In nearly all instances of bronchiolitis, antibiotics are not useful, and their inappropriate use contributes to development of antibiotic resistance. Interstitial pneumonia in infants 1-4 mo old may be caused by C. trachomatis, and macrolide therapy may be indicated for that infection.

Ribavirin is an antiviral agent delivered through an oxygen hood, face mask, or endotracheal tube with use of a small particle aerosol generator most of the day for 3-5 days. Early small trials of its use suggested a modest beneficial effect on the course of RSV pneumonia, with some reduction in the duration of both mechanical ventilation and hospitalization. Subsequent studies failed to document a clear beneficial effect of ribavirin. Most medical centers do not use ribavirin currently for RSV infection. The monoclonal antibody palivizumab is licensed for prophylaxis in high-risk infants, but small clinical trials using the antibody as a therapy during established infection have not shown benefit to date.

Prevention

In the hospital, the most important preventive measures are aimed at blocking nosocomial spread. During RSV season, high-risk infants should be separated from all infants with respiratory symptoms. Gowns, gloves, and careful handwashing should be used for the care of all infants with suspected or established RSV infection. A high level of compliance with contact isolation is essential. Viral laboratory tests are adequate for diagnosis in the setting of acute disease, but they are not designed to detect low levels of virus. Therefore, contact precaution isolation should be observed for most patients admitted for acute disease assigned for the duration of hospitalization; rapid antigen tests should not be used to determine whether or not a patient still requires isolation. Ideally, patients with RSV or metapneumovirus infections are housed separately, because co-infection may be associated with more severe disease.

Passive Immunoprophylaxis

Administration of palivizumab (15 mg/kg IM once a month), a neutralizing humanized murine monoclonal antibody against RSV, is recommended for protecting high-risk children against serious complications from RSV disease. Immunoprophylaxis reduces the frequency and total days of hospitalization for RSV infections in high-risk infants in about half of cases. Palivizumab is administered monthly from the beginning to the end of the RSV season (usually October-December and March-May, respectively, in temperate Northern hemisphere regions).

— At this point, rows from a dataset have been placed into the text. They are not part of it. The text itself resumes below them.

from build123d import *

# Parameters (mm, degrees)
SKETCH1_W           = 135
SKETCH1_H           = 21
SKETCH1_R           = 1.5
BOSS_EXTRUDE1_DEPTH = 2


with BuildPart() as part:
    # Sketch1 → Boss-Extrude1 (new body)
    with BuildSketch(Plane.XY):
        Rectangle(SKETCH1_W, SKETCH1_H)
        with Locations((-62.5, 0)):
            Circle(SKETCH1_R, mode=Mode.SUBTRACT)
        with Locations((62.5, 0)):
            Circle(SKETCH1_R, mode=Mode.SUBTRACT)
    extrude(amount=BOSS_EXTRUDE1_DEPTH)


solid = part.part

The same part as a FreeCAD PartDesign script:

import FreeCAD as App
import Part
import Sketcher
from FreeCAD import Vector
Q = App.Units.Quantity

doc = App.newDocument("Part")
params = doc.addObject("Spreadsheet::Sheet", "Params")
for row, (alias, value) in enumerate([
    ("sketch1_diameter", "3 mm"),
    ("sketch1_width", "135 mm"),
    ("sketch1_height", "21 mm"),
    ("pad1_length", "2 mm"),
], start=1):
    params.set(f"A{row}", alias)
    params.set(f"B{row}", "=" + value)
    params.setAlias(f"B{row}", alias)

body = doc.addObject("PartDesign::Body", "Body")

# Sketch on XY plane
sketch1 = body.newObject("Sketcher::SketchObject", "Sketch")
sketch1.AttachmentSupport = (doc.getObject("XY_Plane"), [""])
sketch1.MapMode = "FlatFace"
sketch1.addGeometry(Part.LineSegment(Vector(-67.5, 10.5, 0), Vector(-67.5, -10.5, 0)), False)
sketch1.addGeometry(Part.LineSegment(Vector(-67.5, -10.5, 0), Vector(67.5, -10.5, 0)), False)
sketch1.addGeometry(Part.LineSegment(Vector(67.5, -10.5, 0), Vector(67.5, 10.5, 0)), False)
sketch1.addGeometry(Part.LineSegment(Vector(67.5, 10.5, 0), Vector(-67.5, 10.5, 0)), False)
sketch1.addGeometry(Part.Circle(Vector(-62.5, 0, 0), Vector(0, 0, 1), 1.5), False)
sketch1.addGeometry(Part.Circle(Vector(62.5, 0, 0), Vector(0, 0, 1), 1.5), False)
sketch1.addConstraint(Sketcher.Constraint("Coincident", 0, 2, 1, 1))
sketch1.addConstraint(Sketcher.Constraint("Coincident", 1, 2, 2, 1))
sketch1.addConstraint(Sketcher.Constraint("Coincident", 2, 2, 3, 1))
sketch1.addConstraint(Sketcher.Constraint("Coincident", 3, 2, 0, 1))
sketch1.addConstraint(Sketcher.Constraint("Vertical", 0))
sketch1.addConstraint(Sketcher.Constraint("Horizontal", 1))
sketch1.addConstraint(Sketcher.Constraint("Vertical", 2))
sketch1.addConstraint(Sketcher.Constraint("Horizontal", 3))
sketch1.addConstraint(Sketcher.Constraint("Equal", 4, 5))
sketch1.addConstraint(Sketcher.Constraint("Symmetric", 4, 3, 5, 3, -1, 1))
sketch1.addConstraint(Sketcher.Constraint("Symmetric", 0, 2, 2, 2, -1, 1))
sketch1.addConstraint(Sketcher.Constraint("PointOnObject", 4, 3, -1))
sketch1.addConstraint(Sketcher.Constraint("Diameter", 4, Q("3 mm")))
sketch1.addConstraint(Sketcher.Constraint("DistanceX", 1, 1, 1, 2, Q("135 mm")))
sketch1.addConstraint(Sketcher.Constraint("DistanceY", 0, 2, 0, 1, Q("21 mm")))
sketch1.addConstraint(Sketcher.Constraint("DistanceX", 4, 3, 5, 3, Q("125 mm")))
sketch1.setExpression("Constraints[12]", "Params.sketch1_diameter")
sketch1.setExpression("Constraints[13]", "Params.sketch1_width")
sketch1.setExpression("Constraints[14]", "Params.sketch1_height")
pad1 = body.newObject("PartDesign::Pad", "Pad")
pad1.Profile = sketch1
pad1.setExpression("Length", "Params.pad1_length")

doc.recompute()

Candidates for immunoprophylaxis include children who have lung disease or were born very prematurely. Children <2 yr of age with chronic lung disease requiring supplemental oxygen or other medical therapy currently or within the 6 mo before the RSV season should receive prophylaxis for the 1st 2 RSV seasons if they have severe lung disease, and only for the 1st RSV season for less severe lung disease. Children <2 yr of age with hemodynamically significant congenital heart disease (heart failure, cyanosis, pulmonary hypertension) are also candidates for this therapy. Infants should receive seasonal RSV prophylaxis up to 12 mo of age if they were born at <28 wk of gestation, and up to 6 mo of age if they were born at 29-32 wk of gestation. Infants born between 32 and 35 wk of gestation should receive prophylaxis only if they have other risk factors. Adverse events with palivizumab are uncommon. An enhanced-affinity version of the antibody is in late-stage development as a second-generation drug.